> [Assignment]
Please restate, exactly as written, the lines running from the beginning of the material through the line that has "# 草图15 → 切除-拉伸5 (cut, through all)" in it.

##############################

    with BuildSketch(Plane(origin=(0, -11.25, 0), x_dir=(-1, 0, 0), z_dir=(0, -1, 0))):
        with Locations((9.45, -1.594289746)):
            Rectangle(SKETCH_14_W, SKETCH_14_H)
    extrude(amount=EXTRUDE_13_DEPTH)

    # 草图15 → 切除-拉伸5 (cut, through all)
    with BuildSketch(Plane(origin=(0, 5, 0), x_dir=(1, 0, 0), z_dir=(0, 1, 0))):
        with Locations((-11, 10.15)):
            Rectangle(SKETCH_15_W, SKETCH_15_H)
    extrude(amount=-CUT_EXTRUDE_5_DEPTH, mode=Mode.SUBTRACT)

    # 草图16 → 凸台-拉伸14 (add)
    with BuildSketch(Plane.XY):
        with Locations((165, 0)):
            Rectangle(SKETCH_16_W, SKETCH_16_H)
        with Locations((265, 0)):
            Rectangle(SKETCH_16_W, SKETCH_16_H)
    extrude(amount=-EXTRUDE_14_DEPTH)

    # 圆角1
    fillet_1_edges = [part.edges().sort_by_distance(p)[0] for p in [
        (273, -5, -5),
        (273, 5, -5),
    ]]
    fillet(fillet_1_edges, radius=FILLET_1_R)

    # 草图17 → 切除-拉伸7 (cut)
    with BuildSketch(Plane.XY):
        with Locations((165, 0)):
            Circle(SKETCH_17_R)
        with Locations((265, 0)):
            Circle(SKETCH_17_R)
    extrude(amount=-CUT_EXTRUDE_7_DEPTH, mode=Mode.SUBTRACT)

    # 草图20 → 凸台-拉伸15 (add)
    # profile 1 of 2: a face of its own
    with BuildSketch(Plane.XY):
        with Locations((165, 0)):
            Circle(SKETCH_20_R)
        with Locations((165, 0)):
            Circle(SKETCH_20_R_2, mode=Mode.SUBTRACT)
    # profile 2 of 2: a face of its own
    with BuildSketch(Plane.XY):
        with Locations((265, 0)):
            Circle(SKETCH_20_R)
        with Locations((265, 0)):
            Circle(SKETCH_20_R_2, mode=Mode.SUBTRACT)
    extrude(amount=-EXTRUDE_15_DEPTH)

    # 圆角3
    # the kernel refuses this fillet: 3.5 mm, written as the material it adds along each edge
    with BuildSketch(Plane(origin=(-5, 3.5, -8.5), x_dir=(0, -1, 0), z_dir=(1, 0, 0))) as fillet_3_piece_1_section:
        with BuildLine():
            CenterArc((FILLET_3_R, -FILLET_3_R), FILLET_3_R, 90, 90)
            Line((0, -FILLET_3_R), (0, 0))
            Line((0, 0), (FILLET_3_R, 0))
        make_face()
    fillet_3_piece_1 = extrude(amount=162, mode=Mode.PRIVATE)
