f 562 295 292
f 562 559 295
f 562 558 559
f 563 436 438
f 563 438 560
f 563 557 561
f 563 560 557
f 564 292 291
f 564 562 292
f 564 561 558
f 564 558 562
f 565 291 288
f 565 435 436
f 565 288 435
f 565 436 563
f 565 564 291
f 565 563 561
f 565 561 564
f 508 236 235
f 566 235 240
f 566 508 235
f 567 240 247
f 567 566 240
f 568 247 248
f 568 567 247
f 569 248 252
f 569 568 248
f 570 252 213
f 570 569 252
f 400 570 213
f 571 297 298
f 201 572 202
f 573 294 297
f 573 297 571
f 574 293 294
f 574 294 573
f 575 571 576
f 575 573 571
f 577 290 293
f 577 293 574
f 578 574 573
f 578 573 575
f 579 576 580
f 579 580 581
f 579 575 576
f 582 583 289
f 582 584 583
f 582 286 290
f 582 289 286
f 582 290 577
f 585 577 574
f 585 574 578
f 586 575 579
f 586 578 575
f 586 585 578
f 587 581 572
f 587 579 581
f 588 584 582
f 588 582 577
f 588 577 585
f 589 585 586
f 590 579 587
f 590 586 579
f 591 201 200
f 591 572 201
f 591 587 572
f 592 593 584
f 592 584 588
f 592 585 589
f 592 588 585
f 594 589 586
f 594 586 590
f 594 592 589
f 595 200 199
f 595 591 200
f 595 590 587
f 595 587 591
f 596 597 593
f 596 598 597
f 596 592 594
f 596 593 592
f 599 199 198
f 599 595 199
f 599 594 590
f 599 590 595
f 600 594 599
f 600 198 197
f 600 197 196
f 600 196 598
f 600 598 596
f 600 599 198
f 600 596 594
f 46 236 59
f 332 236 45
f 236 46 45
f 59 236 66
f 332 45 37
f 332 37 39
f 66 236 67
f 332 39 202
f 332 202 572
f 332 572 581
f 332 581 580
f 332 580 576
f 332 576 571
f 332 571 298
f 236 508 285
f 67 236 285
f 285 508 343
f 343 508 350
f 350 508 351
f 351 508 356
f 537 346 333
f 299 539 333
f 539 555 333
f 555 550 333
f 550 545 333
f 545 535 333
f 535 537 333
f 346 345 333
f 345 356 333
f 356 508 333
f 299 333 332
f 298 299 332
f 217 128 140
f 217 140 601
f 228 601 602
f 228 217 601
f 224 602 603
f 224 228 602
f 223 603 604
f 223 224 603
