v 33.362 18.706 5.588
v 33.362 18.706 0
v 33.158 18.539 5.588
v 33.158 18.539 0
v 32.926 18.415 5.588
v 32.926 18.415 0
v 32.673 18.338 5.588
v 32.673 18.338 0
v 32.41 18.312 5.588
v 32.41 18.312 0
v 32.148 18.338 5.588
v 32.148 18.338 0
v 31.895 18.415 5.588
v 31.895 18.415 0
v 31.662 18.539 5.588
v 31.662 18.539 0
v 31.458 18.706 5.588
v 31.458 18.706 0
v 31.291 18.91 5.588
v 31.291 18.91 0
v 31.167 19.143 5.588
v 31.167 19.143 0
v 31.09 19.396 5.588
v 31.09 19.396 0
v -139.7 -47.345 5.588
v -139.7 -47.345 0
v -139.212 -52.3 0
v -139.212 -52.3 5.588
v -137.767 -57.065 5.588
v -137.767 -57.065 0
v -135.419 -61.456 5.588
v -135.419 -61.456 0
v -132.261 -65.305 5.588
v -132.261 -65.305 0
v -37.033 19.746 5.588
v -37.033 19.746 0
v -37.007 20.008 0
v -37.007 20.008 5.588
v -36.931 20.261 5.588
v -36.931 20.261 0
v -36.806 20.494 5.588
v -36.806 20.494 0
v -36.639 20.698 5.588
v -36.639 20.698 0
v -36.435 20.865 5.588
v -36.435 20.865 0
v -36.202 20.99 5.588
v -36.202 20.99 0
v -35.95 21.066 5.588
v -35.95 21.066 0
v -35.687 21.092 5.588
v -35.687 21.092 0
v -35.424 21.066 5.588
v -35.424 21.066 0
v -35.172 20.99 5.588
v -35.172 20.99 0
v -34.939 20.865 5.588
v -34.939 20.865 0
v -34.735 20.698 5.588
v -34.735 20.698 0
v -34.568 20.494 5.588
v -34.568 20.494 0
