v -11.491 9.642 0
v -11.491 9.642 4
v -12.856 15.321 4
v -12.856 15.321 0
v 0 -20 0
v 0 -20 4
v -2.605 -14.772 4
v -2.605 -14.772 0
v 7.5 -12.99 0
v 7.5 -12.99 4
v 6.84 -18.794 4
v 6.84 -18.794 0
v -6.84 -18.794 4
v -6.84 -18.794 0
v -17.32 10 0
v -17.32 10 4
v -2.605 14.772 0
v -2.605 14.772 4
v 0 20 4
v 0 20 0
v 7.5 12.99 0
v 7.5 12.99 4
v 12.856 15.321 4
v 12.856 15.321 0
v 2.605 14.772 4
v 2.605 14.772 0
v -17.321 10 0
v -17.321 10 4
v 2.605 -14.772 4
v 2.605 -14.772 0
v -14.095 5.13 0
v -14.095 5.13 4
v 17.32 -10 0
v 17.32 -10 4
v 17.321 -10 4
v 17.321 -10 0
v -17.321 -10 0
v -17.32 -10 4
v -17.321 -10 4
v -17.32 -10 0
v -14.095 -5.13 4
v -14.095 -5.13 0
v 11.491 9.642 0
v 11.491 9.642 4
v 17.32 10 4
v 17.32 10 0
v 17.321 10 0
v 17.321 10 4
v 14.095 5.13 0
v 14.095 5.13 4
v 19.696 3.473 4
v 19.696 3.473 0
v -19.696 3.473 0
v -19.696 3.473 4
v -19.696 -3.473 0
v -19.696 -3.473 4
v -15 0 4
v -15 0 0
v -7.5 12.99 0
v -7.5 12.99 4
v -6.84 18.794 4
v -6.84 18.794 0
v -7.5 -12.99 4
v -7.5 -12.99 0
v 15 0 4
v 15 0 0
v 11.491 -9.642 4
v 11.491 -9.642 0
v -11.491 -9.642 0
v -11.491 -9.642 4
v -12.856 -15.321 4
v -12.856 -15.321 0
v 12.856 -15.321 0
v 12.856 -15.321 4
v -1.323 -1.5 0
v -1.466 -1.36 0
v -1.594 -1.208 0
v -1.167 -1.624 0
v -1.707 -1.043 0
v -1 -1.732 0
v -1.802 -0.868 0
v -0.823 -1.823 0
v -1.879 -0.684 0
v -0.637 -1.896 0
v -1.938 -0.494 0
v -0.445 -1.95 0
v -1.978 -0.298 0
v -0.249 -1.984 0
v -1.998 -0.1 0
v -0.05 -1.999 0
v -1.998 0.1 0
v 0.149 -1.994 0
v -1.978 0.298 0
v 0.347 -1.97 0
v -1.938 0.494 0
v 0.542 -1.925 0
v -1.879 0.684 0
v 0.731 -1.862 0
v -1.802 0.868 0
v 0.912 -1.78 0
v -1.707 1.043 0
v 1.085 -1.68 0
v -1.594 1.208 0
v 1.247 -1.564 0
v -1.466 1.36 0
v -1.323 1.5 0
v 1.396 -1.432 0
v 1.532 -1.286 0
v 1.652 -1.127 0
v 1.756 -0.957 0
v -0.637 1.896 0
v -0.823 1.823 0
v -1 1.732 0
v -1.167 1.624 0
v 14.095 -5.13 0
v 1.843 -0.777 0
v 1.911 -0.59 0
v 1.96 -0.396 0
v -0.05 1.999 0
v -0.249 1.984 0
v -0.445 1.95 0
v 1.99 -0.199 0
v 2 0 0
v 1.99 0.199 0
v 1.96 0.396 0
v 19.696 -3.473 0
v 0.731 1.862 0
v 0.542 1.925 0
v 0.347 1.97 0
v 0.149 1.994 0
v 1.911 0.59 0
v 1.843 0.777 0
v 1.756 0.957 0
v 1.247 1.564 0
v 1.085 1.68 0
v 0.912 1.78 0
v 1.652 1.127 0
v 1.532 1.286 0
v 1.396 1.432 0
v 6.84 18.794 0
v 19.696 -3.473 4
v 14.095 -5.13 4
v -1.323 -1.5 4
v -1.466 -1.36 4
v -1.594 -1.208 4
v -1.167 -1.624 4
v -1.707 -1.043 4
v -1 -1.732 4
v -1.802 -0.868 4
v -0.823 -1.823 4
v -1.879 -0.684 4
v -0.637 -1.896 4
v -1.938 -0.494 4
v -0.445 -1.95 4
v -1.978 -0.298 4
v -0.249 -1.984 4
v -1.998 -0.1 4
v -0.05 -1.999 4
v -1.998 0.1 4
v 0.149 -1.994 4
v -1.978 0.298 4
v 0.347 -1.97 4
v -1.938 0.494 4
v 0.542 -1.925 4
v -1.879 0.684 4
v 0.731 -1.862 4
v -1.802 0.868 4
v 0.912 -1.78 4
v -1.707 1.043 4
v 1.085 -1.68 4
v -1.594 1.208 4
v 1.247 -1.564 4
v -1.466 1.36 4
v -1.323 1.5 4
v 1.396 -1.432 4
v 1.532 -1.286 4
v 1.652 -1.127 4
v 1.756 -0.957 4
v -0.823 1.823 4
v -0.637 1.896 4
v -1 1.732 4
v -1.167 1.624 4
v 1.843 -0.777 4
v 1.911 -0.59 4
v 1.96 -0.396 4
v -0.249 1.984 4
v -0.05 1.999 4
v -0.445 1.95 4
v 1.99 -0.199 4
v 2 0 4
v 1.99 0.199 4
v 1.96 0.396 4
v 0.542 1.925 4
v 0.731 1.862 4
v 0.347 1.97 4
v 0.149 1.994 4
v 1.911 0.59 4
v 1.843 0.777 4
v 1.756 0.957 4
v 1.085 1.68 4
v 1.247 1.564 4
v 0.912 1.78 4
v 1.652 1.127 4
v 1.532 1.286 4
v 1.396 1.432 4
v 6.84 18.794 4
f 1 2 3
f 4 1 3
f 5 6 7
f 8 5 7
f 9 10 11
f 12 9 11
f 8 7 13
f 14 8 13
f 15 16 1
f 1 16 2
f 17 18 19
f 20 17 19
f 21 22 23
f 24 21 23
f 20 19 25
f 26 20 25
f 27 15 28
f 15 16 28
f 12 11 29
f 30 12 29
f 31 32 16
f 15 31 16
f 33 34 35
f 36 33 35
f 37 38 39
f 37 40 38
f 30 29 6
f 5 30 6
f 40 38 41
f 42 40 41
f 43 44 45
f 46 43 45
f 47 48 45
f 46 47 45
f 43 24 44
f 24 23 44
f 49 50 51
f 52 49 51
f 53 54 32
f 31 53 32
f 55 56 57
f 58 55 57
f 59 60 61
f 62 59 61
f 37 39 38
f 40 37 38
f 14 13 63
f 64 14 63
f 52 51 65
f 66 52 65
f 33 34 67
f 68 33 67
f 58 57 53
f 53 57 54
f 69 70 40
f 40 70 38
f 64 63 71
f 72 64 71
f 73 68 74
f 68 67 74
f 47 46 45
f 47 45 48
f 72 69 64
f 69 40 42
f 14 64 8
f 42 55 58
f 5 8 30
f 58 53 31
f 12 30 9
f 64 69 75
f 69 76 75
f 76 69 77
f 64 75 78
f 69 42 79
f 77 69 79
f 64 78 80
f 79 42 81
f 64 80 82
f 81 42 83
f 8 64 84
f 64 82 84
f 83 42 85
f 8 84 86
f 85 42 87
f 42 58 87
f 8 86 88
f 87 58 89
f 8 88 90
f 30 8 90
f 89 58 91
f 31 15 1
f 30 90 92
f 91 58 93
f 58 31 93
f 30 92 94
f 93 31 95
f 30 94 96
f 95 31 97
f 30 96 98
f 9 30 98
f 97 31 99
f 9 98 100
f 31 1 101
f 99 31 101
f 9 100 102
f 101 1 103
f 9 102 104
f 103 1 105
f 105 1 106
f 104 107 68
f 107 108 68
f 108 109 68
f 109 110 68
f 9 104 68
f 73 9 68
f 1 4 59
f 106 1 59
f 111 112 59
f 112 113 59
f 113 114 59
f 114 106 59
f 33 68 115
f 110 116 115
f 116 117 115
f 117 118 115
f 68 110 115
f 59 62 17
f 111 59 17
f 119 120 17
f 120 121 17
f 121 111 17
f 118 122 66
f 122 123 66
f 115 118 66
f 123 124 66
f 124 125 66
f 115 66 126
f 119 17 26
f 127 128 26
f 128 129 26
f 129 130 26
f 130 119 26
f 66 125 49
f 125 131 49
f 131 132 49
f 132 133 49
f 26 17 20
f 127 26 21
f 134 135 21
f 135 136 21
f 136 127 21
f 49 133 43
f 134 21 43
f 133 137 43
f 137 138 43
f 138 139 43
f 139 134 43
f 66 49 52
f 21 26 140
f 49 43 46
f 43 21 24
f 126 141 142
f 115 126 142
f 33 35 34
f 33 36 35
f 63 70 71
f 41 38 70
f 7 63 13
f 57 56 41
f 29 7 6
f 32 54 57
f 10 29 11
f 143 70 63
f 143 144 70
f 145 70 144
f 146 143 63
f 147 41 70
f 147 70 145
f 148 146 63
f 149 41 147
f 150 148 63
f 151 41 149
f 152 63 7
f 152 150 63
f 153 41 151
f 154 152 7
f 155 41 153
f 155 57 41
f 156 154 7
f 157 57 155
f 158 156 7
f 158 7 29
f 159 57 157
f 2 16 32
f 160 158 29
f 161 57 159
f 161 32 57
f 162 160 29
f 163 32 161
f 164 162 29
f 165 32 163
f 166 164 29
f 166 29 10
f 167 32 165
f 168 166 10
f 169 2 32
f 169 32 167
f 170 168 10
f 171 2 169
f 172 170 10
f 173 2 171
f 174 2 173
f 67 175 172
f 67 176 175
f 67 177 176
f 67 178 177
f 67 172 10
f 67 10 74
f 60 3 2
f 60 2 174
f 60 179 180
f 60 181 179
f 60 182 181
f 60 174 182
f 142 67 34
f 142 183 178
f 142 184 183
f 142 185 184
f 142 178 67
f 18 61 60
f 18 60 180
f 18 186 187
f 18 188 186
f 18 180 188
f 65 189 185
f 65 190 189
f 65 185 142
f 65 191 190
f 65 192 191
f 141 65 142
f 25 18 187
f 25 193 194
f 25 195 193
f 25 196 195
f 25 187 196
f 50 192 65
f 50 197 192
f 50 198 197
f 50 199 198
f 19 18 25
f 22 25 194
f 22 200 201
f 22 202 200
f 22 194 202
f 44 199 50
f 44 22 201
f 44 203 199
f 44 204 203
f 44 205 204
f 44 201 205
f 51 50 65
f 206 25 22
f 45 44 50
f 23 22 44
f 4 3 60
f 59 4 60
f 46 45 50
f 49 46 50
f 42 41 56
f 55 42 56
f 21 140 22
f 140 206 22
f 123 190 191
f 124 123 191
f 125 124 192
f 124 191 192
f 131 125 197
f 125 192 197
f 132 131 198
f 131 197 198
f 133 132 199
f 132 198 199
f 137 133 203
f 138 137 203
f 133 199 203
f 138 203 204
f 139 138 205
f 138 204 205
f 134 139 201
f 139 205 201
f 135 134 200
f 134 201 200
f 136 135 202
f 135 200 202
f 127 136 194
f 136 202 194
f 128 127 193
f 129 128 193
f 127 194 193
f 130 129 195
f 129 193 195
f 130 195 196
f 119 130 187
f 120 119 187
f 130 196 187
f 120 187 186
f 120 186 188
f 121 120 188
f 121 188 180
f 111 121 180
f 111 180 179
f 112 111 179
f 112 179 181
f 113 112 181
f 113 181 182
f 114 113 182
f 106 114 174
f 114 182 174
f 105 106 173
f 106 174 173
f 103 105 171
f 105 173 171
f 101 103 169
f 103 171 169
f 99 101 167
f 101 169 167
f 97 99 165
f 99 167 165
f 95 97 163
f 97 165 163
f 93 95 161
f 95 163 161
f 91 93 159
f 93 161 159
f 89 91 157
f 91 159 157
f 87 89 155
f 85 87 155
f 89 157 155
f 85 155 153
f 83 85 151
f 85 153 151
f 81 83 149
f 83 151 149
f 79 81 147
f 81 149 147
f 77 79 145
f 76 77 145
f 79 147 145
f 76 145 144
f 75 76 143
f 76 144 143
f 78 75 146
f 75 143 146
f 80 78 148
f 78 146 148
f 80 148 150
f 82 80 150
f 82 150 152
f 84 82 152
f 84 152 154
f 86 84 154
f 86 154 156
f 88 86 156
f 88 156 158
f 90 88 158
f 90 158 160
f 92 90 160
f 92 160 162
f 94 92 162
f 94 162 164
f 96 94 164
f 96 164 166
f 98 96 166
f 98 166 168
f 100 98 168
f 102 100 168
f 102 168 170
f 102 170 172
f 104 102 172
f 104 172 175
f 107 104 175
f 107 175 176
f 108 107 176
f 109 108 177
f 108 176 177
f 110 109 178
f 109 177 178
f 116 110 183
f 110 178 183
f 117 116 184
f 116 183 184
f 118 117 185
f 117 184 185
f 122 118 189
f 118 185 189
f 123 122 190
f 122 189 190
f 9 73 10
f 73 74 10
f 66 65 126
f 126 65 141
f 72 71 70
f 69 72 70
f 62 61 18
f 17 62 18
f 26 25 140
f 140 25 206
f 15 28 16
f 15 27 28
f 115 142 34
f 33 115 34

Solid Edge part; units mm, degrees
sketch "Sketch1" plane through (0, 0, 0) normal (0, 0, 1) x (1, 0, 0)
  circle A0 centre (0, 0) radius 20
extrude "Protrusion1" add sketch "Sketch1" along normal blind 4
sketch "Sketch2" plane through (0, 0, 4) normal (0, 0, 1) x (1, 0, 0)
  circle A0 centre (0, 0) radius 2
extrude "ExtrudedCutout_1" cut sketch "Sketch2" against normal blind 4
sketch "Sketch3" plane through (0, 0, 4) normal (0, 0, 1) x (0, 1, 0)
  line L0 (3.473, 19.6962) -> (5.1303, 14.0954)
  line L1 (5.1303, 14.0954) -> (10, 17.3205)
  line L2 (10, 17.3205) -> (7.6149, 20.9218)
  line L3 (7.6149, 20.9218) -> (3.473, 19.6962)
  line L4 (10, 17.3205) -> (9.6418, 11.4907)
  line L5 (9.6418, 11.4907) -> (15.3209, 12.8558)
  line L6 (15.3209, 12.8558) -> (14.3114, 17.0556)
  line L7 (14.3114, 17.0556) -> (10, 17.3205)
  line L8 (15.3209, 12.8558) -> (12.9904, 7.5)
  line L9 (12.9904, 7.5) -> (18.7939, 6.8404)
  line L10 (18.7939, 6.8404) -> (19.2816, 11.1323)
  line L11 (19.2816, 11.1323) -> (15.3209, 12.8558)
  line L12 (18.7939, 6.8404) -> (14.7721, 2.6047)
  line L13 (14.7721, 2.6047) -> (20, 0)
  line L14 (20, 0) -> (21.9263, 3.8662)
  line L15 (21.9263, 3.8662) -> (18.7939, 6.8404)
  line L16 (20, 0) -> (14.7721, -2.6047)
  line L17 (14.7721, -2.6047) -> (18.7939, -6.8404)
  line L18 (18.7939, -6.8404) -> (21.9263, -3.8662)
  line L19 (21.9263, -3.8662) -> (20, 0)
  line L20 (18.7939, -6.8404) -> (12.9904, -7.5)
  line L21 (12.9904, -7.5) -> (15.3209, -12.8558)
  line L22 (15.3209, -12.8558) -> (19.2816, -11.1323)
  line L23 (19.2816, -11.1323) -> (18.7939, -6.8404)
  line L24 (15.3209, -12.8558) -> (9.6418, -11.4907)
  line L25 (9.6418, -11.4907) -> (10, -17.3205)
  line L26 (10, -17.3205) -> (14.3114, -17.0556)
  line L27 (14.3114, -17.0556) -> (15.3209, -12.8558)
  line L28 (10, -17.3205) -> (5.1303, -14.0954)
  line L29 (5.1303, -14.0954) -> (3.473, -19.6962)
  line L30 (3.473, -19.6962) -> (7.6149, -20.9218)
  line L31 (7.6149, -20.9218) -> (10, -17.3205)
  line L32 (3.473, -19.6962) -> (0, -15)
  line L33 (0, -15) -> (-3.473, -19.6962)
  line L34 (-3.473, -19.6962) -> (0, -22.2645)
  line L35 (0, -22.2645) -> (3.473, -19.6962)
  line L36 (-3.473, -19.6962) -> (-5.1303, -14.0954)
  line L37 (-5.1303, -14.0954) -> (-10, -17.3205)
  line L38 (-10, -17.3205) -> (-7.6149, -20.9218)
  line L39 (-7.6149, -20.9218) -> (-3.473, -19.6962)
  line L40 (-10, -17.3205) -> (-9.6418, -11.4907)
  line L41 (-9.6418, -11.4907) -> (-15.3209, -12.8558)
  line L42 (-15.3209, -12.8558) -> (-14.3114, -17.0556)
  line L43 (-14.3114, -17.0556) -> (-10, -17.3205)
  line L44 (-15.3209, -12.8558) -> (-12.9904, -7.5)
  line L45 (-12.9904, -7.5) -> (-18.7939, -6.8404)
  line L46 (-18.7939, -6.8404) -> (-19.2816, -11.1323)
  line L47 (-19.2816, -11.1323) -> (-15.3209, -12.8558)
  line L48 (-18.7939, -6.8404) -> (-14.7721, -2.6047)
  line L49 (-14.7721, -2.6047) -> (-20, 0)
  line L50 (-20, 0) -> (-21.9263, -3.8662)
  line L51 (-21.9263, -3.8662) -> (-18.7939, -6.8404)
  line L52 (-20, 0) -> (-14.7721, 2.6047)
  line L53 (-14.7721, 2.6047) -> (-18.7939, 6.8404)
  line L54 (-18.7939, 6.8404) -> (-21.9263, 3.8662)
  line L55 (-21.9263, 3.8662) -> (-20, 0)
  line L56 (-18.7939, 6.8404) -> (-12.9904, 7.5)
  line L57 (-12.9904, 7.5) -> (-15.3209, 12.8558)
  line L58 (-15.3209, 12.8558) -> (-19.2816, 11.1323)
  line L59 (-19.2816, 11.1323) -> (-18.7939, 6.8404)
  line L60 (-10, 17.3205) -> (-5.1303, 14.0954)
  line L61 (-5.1303, 14.0954) -> (-3.473, 19.6962)
  line L62 (-3.473, 19.6962) -> (-7.6149, 20.9218)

##############################

> [Task output]
    with BuildSketch(Plane(origin=(0, -11.25, 0), x_dir=(-1, 0, 0), z_dir=(0, -1, 0))):
        with Locations((9.45, -1.594289746)):
            Rectangle(SKETCH_14_W, SKETCH_14_H)
    extrude(amount=EXTRUDE_13_DEPTH)

    # 草图15 → 切除-拉伸5 (cut, through all)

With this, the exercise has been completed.